Set out exactly, line by line, the stretch of data below that begins at the line containing "f 79 142 80" and ends at the line containing "f 370 369 215", with both ends kept.

━━━ Supplied data ━━━

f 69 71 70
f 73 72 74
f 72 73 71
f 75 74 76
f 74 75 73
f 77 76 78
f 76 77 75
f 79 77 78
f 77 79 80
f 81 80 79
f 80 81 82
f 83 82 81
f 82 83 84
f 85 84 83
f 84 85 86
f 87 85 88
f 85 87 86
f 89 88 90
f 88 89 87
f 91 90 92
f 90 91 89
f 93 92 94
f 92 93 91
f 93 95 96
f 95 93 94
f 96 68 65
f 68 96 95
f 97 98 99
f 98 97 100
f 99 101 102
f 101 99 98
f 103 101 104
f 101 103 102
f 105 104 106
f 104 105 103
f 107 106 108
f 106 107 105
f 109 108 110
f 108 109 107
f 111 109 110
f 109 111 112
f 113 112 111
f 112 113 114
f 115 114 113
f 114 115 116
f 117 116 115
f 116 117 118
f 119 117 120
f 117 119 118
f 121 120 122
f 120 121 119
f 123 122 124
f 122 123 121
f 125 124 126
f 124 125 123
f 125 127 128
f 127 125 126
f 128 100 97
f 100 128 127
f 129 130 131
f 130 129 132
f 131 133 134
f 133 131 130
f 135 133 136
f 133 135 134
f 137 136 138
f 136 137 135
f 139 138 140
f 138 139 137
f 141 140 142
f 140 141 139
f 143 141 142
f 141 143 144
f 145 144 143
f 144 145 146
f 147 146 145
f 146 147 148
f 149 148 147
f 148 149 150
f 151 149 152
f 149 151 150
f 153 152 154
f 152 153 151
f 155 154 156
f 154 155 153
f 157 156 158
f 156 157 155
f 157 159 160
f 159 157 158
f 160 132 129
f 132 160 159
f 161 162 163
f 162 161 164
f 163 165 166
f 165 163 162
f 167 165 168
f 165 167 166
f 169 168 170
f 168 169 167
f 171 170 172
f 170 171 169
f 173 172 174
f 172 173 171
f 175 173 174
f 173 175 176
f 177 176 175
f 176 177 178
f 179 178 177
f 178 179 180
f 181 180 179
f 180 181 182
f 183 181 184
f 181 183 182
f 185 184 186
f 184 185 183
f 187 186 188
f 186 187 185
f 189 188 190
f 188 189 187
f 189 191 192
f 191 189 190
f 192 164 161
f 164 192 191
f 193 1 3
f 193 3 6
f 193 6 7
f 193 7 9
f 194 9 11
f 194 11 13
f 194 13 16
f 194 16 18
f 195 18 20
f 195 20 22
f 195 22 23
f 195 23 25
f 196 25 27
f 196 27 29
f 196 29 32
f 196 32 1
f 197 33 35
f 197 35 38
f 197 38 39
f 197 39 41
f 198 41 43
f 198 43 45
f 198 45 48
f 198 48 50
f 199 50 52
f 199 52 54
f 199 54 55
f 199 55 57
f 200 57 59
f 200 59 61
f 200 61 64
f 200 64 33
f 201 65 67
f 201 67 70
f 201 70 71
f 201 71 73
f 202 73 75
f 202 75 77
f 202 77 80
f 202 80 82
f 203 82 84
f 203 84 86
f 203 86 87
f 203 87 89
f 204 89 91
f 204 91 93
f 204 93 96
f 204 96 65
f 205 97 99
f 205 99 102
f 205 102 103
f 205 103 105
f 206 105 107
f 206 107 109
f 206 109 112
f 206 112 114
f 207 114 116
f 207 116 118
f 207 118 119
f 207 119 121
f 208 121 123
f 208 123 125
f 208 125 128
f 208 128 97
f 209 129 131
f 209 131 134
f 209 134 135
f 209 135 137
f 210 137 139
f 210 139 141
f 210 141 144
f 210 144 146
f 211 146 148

━━━
━━━ Supplied data ━━━

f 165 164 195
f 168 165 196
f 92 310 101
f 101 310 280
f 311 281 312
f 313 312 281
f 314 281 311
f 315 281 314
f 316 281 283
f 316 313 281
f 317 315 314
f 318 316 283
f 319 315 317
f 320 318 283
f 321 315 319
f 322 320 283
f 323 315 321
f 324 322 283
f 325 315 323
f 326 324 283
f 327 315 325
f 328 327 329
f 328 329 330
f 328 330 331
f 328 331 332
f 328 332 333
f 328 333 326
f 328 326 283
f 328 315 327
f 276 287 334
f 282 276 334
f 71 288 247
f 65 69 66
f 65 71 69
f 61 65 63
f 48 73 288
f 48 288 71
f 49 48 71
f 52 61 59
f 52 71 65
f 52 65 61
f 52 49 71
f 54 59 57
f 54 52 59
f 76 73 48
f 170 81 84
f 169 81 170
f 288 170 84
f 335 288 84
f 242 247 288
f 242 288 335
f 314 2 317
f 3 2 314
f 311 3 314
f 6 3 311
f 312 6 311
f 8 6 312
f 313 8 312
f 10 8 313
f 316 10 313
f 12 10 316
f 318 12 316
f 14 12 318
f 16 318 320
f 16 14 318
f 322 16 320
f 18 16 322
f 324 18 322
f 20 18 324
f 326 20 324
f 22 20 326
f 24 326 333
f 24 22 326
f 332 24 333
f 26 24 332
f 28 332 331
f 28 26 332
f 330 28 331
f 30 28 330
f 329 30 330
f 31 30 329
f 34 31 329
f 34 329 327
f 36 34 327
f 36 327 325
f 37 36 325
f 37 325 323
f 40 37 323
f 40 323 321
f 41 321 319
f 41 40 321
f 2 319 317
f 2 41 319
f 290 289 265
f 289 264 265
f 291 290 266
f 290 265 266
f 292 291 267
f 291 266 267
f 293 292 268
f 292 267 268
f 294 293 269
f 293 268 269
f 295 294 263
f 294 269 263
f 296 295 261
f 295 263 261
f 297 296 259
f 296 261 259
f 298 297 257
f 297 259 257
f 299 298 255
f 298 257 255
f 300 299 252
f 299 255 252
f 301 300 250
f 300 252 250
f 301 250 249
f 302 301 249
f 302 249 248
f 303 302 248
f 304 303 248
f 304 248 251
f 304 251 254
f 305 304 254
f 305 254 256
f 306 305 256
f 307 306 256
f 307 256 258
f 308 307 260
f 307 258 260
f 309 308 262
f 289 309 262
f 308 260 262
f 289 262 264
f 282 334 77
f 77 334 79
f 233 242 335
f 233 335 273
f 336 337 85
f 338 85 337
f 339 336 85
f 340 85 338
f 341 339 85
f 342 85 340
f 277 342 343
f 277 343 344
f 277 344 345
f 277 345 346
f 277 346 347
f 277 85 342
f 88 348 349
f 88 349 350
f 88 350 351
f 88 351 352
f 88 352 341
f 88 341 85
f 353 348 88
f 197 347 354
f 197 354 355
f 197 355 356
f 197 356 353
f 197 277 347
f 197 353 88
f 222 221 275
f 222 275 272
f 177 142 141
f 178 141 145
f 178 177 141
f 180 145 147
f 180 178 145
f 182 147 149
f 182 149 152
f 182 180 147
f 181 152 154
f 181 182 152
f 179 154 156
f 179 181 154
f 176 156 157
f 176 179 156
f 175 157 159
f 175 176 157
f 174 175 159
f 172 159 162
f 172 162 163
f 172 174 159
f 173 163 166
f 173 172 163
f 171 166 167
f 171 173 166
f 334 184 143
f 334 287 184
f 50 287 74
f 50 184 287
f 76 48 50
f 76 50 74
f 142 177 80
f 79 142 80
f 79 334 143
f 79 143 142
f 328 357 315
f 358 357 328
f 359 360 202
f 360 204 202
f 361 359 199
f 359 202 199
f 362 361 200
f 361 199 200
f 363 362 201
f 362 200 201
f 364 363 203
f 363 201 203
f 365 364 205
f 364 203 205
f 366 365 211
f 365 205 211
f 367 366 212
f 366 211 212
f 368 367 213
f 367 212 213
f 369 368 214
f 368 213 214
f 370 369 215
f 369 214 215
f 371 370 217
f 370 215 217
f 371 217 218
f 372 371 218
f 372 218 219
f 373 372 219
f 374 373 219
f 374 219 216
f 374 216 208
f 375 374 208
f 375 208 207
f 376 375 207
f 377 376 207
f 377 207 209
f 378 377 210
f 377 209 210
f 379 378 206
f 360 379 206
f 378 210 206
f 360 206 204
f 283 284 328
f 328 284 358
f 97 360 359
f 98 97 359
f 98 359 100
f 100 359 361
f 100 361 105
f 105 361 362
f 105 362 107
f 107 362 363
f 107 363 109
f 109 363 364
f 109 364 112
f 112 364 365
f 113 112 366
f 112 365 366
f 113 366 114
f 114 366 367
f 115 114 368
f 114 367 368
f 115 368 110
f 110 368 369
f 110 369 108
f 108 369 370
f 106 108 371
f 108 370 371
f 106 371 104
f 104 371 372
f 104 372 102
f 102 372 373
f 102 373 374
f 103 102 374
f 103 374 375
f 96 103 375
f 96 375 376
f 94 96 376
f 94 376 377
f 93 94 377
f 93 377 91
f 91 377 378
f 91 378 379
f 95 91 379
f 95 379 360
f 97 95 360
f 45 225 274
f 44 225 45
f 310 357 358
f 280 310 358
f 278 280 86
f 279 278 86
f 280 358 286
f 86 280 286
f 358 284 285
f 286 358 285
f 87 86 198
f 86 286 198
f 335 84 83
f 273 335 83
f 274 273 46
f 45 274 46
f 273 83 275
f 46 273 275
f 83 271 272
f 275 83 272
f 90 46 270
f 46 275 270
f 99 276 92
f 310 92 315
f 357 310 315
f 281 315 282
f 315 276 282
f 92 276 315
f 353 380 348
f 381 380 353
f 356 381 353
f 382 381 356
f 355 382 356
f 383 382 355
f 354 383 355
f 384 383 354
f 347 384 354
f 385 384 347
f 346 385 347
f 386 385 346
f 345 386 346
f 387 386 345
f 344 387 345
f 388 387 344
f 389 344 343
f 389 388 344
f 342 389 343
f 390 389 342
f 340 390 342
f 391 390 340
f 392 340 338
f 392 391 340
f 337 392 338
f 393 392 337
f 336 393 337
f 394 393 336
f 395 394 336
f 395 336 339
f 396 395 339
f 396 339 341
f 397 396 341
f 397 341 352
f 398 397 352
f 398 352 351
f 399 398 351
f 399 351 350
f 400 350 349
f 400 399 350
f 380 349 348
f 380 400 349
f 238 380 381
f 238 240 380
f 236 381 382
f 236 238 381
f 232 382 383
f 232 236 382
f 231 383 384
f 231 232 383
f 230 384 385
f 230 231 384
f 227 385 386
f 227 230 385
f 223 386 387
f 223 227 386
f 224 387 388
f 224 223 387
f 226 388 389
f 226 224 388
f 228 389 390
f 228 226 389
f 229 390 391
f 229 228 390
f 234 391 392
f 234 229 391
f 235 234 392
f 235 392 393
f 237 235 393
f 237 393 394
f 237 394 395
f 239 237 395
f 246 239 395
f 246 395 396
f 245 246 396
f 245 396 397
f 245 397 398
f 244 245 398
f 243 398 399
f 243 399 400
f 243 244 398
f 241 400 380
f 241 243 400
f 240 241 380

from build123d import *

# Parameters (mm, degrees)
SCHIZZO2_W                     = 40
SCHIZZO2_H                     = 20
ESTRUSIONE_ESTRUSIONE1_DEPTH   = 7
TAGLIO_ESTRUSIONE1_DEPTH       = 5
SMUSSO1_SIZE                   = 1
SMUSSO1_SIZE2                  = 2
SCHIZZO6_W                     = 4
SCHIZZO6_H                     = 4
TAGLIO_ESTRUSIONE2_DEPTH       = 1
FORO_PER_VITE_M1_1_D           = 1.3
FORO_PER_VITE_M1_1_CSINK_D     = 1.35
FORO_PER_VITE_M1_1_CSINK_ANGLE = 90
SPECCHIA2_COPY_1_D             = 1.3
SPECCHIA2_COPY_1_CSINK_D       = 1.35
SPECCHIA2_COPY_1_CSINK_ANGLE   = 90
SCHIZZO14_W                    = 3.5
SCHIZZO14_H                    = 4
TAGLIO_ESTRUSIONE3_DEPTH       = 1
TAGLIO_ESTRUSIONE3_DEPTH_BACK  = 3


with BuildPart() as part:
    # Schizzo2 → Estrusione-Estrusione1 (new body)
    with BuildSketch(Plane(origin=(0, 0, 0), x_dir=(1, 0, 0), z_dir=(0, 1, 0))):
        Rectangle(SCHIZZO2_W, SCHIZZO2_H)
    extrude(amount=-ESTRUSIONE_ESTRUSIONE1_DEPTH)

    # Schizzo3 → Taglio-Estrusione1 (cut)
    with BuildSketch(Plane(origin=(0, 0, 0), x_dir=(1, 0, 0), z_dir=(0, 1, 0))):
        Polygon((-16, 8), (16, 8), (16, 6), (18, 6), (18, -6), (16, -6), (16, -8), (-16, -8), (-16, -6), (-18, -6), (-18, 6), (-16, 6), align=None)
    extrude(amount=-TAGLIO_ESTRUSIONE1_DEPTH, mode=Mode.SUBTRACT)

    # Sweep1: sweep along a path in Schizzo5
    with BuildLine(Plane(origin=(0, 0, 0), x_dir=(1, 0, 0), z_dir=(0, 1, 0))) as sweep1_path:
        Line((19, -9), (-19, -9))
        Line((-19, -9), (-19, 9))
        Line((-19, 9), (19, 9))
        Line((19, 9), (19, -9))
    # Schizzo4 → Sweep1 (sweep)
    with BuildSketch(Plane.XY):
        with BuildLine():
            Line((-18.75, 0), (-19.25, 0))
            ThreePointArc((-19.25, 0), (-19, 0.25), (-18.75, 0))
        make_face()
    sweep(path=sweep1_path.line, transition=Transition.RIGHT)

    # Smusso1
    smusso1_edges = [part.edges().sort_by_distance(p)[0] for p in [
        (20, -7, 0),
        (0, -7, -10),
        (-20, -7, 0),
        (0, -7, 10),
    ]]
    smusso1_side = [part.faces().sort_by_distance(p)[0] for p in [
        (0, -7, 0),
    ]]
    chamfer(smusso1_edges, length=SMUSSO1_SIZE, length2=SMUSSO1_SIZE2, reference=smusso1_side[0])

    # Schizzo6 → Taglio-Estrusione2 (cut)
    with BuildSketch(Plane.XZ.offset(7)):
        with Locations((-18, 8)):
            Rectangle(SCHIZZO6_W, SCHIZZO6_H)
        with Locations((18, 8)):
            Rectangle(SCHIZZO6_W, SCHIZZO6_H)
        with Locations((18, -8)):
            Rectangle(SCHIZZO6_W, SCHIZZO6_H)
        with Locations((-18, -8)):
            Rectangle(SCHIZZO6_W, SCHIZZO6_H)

━━━

Exercise response —
f 79 142 80
f 79 334 143
f 79 143 142
f 328 357 315
f 358 357 328
f 359 360 202
f 360 204 202
f 361 359 199
f 359 202 199
f 362 361 200
f 361 199 200
f 363 362 201
f 362 200 201
f 364 363 203
f 363 201 203
f 365 364 205
f 364 203 205
f 366 365 211
f 365 205 211
f 367 366 212
f 366 211 212
f 368 367 213
f 367 212 213
f 369 368 214
f 368 213 214
f 370 369 215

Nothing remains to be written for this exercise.